The problem
Find the line containing "# Sketch3 → Boss-Extrude4 (add)" in the entries below. Restate it and each line after it, word for word, up to and including the line containing "(-18.449183282, -4.943443761), align=None)".

Stored data

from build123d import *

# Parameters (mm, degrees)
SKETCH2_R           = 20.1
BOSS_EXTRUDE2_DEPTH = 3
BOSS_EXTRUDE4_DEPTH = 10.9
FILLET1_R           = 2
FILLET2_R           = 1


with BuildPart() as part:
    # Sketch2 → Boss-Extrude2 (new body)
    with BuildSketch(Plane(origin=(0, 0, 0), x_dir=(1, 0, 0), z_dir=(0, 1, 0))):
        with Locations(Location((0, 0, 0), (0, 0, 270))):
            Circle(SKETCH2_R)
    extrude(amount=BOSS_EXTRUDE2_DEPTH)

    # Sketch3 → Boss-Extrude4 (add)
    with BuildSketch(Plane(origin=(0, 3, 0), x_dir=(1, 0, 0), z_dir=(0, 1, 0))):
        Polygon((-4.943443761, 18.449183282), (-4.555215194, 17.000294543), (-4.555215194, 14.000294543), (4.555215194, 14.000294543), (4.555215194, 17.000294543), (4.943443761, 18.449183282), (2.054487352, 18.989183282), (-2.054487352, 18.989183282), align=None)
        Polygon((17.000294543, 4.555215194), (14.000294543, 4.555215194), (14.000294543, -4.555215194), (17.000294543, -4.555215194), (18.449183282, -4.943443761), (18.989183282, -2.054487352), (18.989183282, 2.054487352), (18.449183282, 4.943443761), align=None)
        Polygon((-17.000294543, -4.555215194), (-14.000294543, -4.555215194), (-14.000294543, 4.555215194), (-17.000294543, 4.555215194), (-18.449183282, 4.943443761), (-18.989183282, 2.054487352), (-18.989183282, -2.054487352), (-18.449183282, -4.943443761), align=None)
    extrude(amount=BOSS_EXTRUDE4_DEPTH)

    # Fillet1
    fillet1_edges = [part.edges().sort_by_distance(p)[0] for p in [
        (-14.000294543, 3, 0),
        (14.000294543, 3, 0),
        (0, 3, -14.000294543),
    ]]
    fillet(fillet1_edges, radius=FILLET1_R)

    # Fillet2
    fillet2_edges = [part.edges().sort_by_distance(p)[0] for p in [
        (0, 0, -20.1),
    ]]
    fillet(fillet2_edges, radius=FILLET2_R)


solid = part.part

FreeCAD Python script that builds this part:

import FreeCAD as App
import Part
import Sketcher
Q = App.Units.Quantity


def edges_at(feature, points):
    """Names of the edges that pass closest to the given points."""
    edges = feature.Shape.Edges
    near = lambda p: min(range(len(edges)), key=lambda i: edges[i].distToShape(Part.Vertex(*p))[0])
    return sorted({f"Edge{near(p) + 1}" for p in points})


def add_polygon(sketch, points):
    """Adds a closed chain of lines whose ends are joined by coincident constraints."""
    first, n = sketch.GeometryCount, len(points)
    for a, b in zip(points, points[1:] + points[:1]):
        sketch.addGeometry(Part.LineSegment(App.Vector(*a, 0), App.Vector(*b, 0)), False)
    for i in range(n):
        sketch.addConstraint(Sketcher.Constraint("Coincident", first + i, 2, first + (i + 1) % n, 1))

doc = App.newDocument("Part")
body = doc.addObject("PartDesign::Body", "Body")

sketch1 = body.newObject("Sketcher::SketchObject", "Sketch")
sketch1.AttachmentSupport = (doc.getObject("XZ_Plane"), [""])
sketch1.MapMode = "FlatFace"
sketch1.addGeometry(Part.Circle(App.Vector(0, 0, 0), App.Vector(0, 0, 1), 20.1), False)
sketch1.addConstraint(Sketcher.Constraint("Coincident", 0, 3, -1, 1))
sketch1.addConstraint(Sketcher.Constraint("Diameter", 0, Q("40.2 mm")))
pad1 = body.newObject("PartDesign::Pad", "Pad")
pad1.Profile = sketch1
pad1.Length = 3
pad1.Reversed = True

sketch2 = body.newObject("Sketcher::SketchObject", "Sketch001")
sketch2.AttachmentSupport = (doc.getObject("XZ_Plane"), [""])
sketch2.MapMode = "FlatFace"
sketch2.AttachmentOffset = App.Placement(App.Vector(0, 0, -3), App.Rotation())
add_polygon(sketch2, [(-4.943444, -18.449183), (-4.555215, -17.000295), (-4.555215, -14.000295), (4.555215, -14.000295), (4.555215, -17.000295), (4.943444, -18.449183), (2.054487, -18.989183), (-2.054487, -18.989183)])
add_polygon(sketch2, [(17.000295, -4.555215), (14.000295, -4.555215), (14.000295, 4.555215), (17.000295, 4.555215), (18.449183, 4.943444), (18.989183, 2.054487), (18.989183, -2.054487), (18.449183, -4.943444)])
add_polygon(sketch2, [(-17.000295, 4.555215), (-14.000295, 4.555215), (-14.000295, -4.555215), (-17.000295, -4.555215), (-18.449183, -4.943444), (-18.989183, -2.054487), (-18.989183, 2.054487), (-18.449183, 4.943444)])
sketch2.addConstraint(Sketcher.Constraint("Vertical", 1))
sketch2.addConstraint(Sketcher.Constraint("Horizontal", 2))
sketch2.addConstraint(Sketcher.Constraint("Vertical", 3))
sketch2.addConstraint(Sketcher.Constraint("Horizontal", 6))
sketch2.addConstraint(Sketcher.Constraint("Horizontal", 8))
sketch2.addConstraint(Sketcher.Constraint("Vertical", 9))
sketch2.addConstraint(Sketcher.Constraint("Horizontal", 10))
sketch2.addConstraint(Sketcher.Constraint("Vertical", 13))
sketch2.addConstraint(Sketcher.Constraint("Horizontal", 16))
sketch2.addConstraint(Sketcher.Constraint("Vertical", 17))
sketch2.addConstraint(Sketcher.Constraint("Horizontal", 18))
sketch2.addConstraint(Sketcher.Constraint("Vertical", 21))
sketch2.addConstraint(Sketcher.Constraint("Symmetric", 8, 2, 16, 2, -1, 1))
sketch2.addConstraint(Sketcher.Constraint("Symmetric", 10, 2, 18, 2, -1, 1))
sketch2.addConstraint(Sketcher.Constraint("Symmetric", 11, 2, 19, 2, -1, 1))
sketch2.addConstraint(Sketcher.Constraint("Symmetric", 12, 2, 20, 2, -1, 1))
sketch2.addConstraint(Sketcher.Constraint("Symmetric", 14, 2, 22, 2, -1, 1))
sketch2.addConstraint(Sketcher.Constraint("Symmetric", 0, 2, 3, 2, -2))
sketch2.addConstraint(Sketcher.Constraint("Symmetric", 4, 2, 7, 2, -2))
sketch2.addConstraint(Sketcher.Constraint("Symmetric", 15, 2, 18, 2, -2))
sketch2.addConstraint(Sketcher.Constraint("Symmetric", 14, 2, 19, 2, -2))
sketch2.addConstraint(Sketcher.Constraint("Perpendicular", 4, 11))
sketch2.addConstraint(Sketcher.Constraint("Perpendicular", 5, 12))
sketch2.addConstraint(Sketcher.Constraint("Perpendicular", 7, 14))
sketch2.addConstraint(Sketcher.Constraint("Parallel", 14, 22))
sketch2.addConstraint(Sketcher.Constraint("Parallel", 15, 23))
sketch2.addConstraint(Sketcher.Constraint("Horizontal", 13, 2, 20, 2))
sketch2.addConstraint(Sketcher.Constraint("Equal", 18, 1))
sketch2.addConstraint(Sketcher.Constraint("Equal", 2, 9))
sketch2.addConstraint(Sketcher.Constraint("Equal", 6, 13))
sketch2.addConstraint(Sketcher.Constraint("Equal", 4, 11))
sketch2.addConstraint(Sketcher.Constraint("DistanceX", 8, 2, 8, 1, Q("3 mm")))
sketch2.addConstraint(Sketcher.Constraint("Angle", 0, Q("75 deg")))
sketch2.addConstraint(Sketcher.Constraint("Distance", 0, Q("1.5 mm")))
sketch2.addConstraint(Sketcher.Constraint("DistanceY", 5, 2, 4, 2, Q("0.54 mm")))
sketch2.addConstraint(Sketcher.Constraint("DistanceX", 2, 1, 2, 2, Q("9.11043 mm")))
sketch2.addConstraint(Sketcher.Constraint("DistanceY", 4, 2, 9, 2, Q("23.004398 mm")))
sketch2.addConstraint(Sketcher.Constraint("Distance", 5, Q("2.938991 mm")))
sketch2.addConstraint(Sketcher.Constraint("DistanceX", 2, 2, 8, 2, Q("9.445079 mm")))
pad2 = body.newObject("PartDesign::Pad", "Pad001")
pad2.Profile = sketch2
pad2.Length = 10.9
pad2.Reversed = True
doc.recompute()

fillet = body.newObject("PartDesign::Fillet", "Fillet")
fillet.Base = (pad2, edges_at(pad2, [(-14, 3, 0), (14, 3, 0), (0, 3, -14)]))
fillet.Radius = 2
doc.recompute()

fillet2 = body.newObject("PartDesign::Fillet", "Fillet001")
fillet2.Base = (fillet, edges_at(fillet, [(0, 0, -20.1)]))
fillet2.Radius = 1

doc.recompute()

Solved problem
    # Sketch3 → Boss-Extrude4 (add)
    with BuildSketch(Plane(origin=(0, 3, 0), x_dir=(1, 0, 0), z_dir=(0, 1, 0))):
        Polygon((-4.943443761, 18.449183282), (-4.555215194, 17.000294543), (-4.555215194, 14.000294543), (4.555215194, 14.000294543), (4.555215194, 17.000294543), (4.943443761, 18.449183282), (2.054487352, 18.989183282), (-2.054487352, 18.989183282), align=None)
        Polygon((17.000294543, 4.555215194), (14.000294543, 4.555215194), (14.000294543, -4.555215194), (17.000294543, -4.555215194), (18.449183282, -4.943443761), (18.989183282, -2.054487352), (18.989183282, 2.054487352), (18.449183282, 4.943443761), align=None)
        Polygon((-17.000294543, -4.555215194), (-14.000294543, -4.555215194), (-14.000294543, 4.555215194), (-17.000294543, 4.555215194), (-18.449183282, 4.943443761), (-18.989183282, 2.054487352), (-18.989183282, -2.054487352), (-18.449183282, -4.943443761), align=None)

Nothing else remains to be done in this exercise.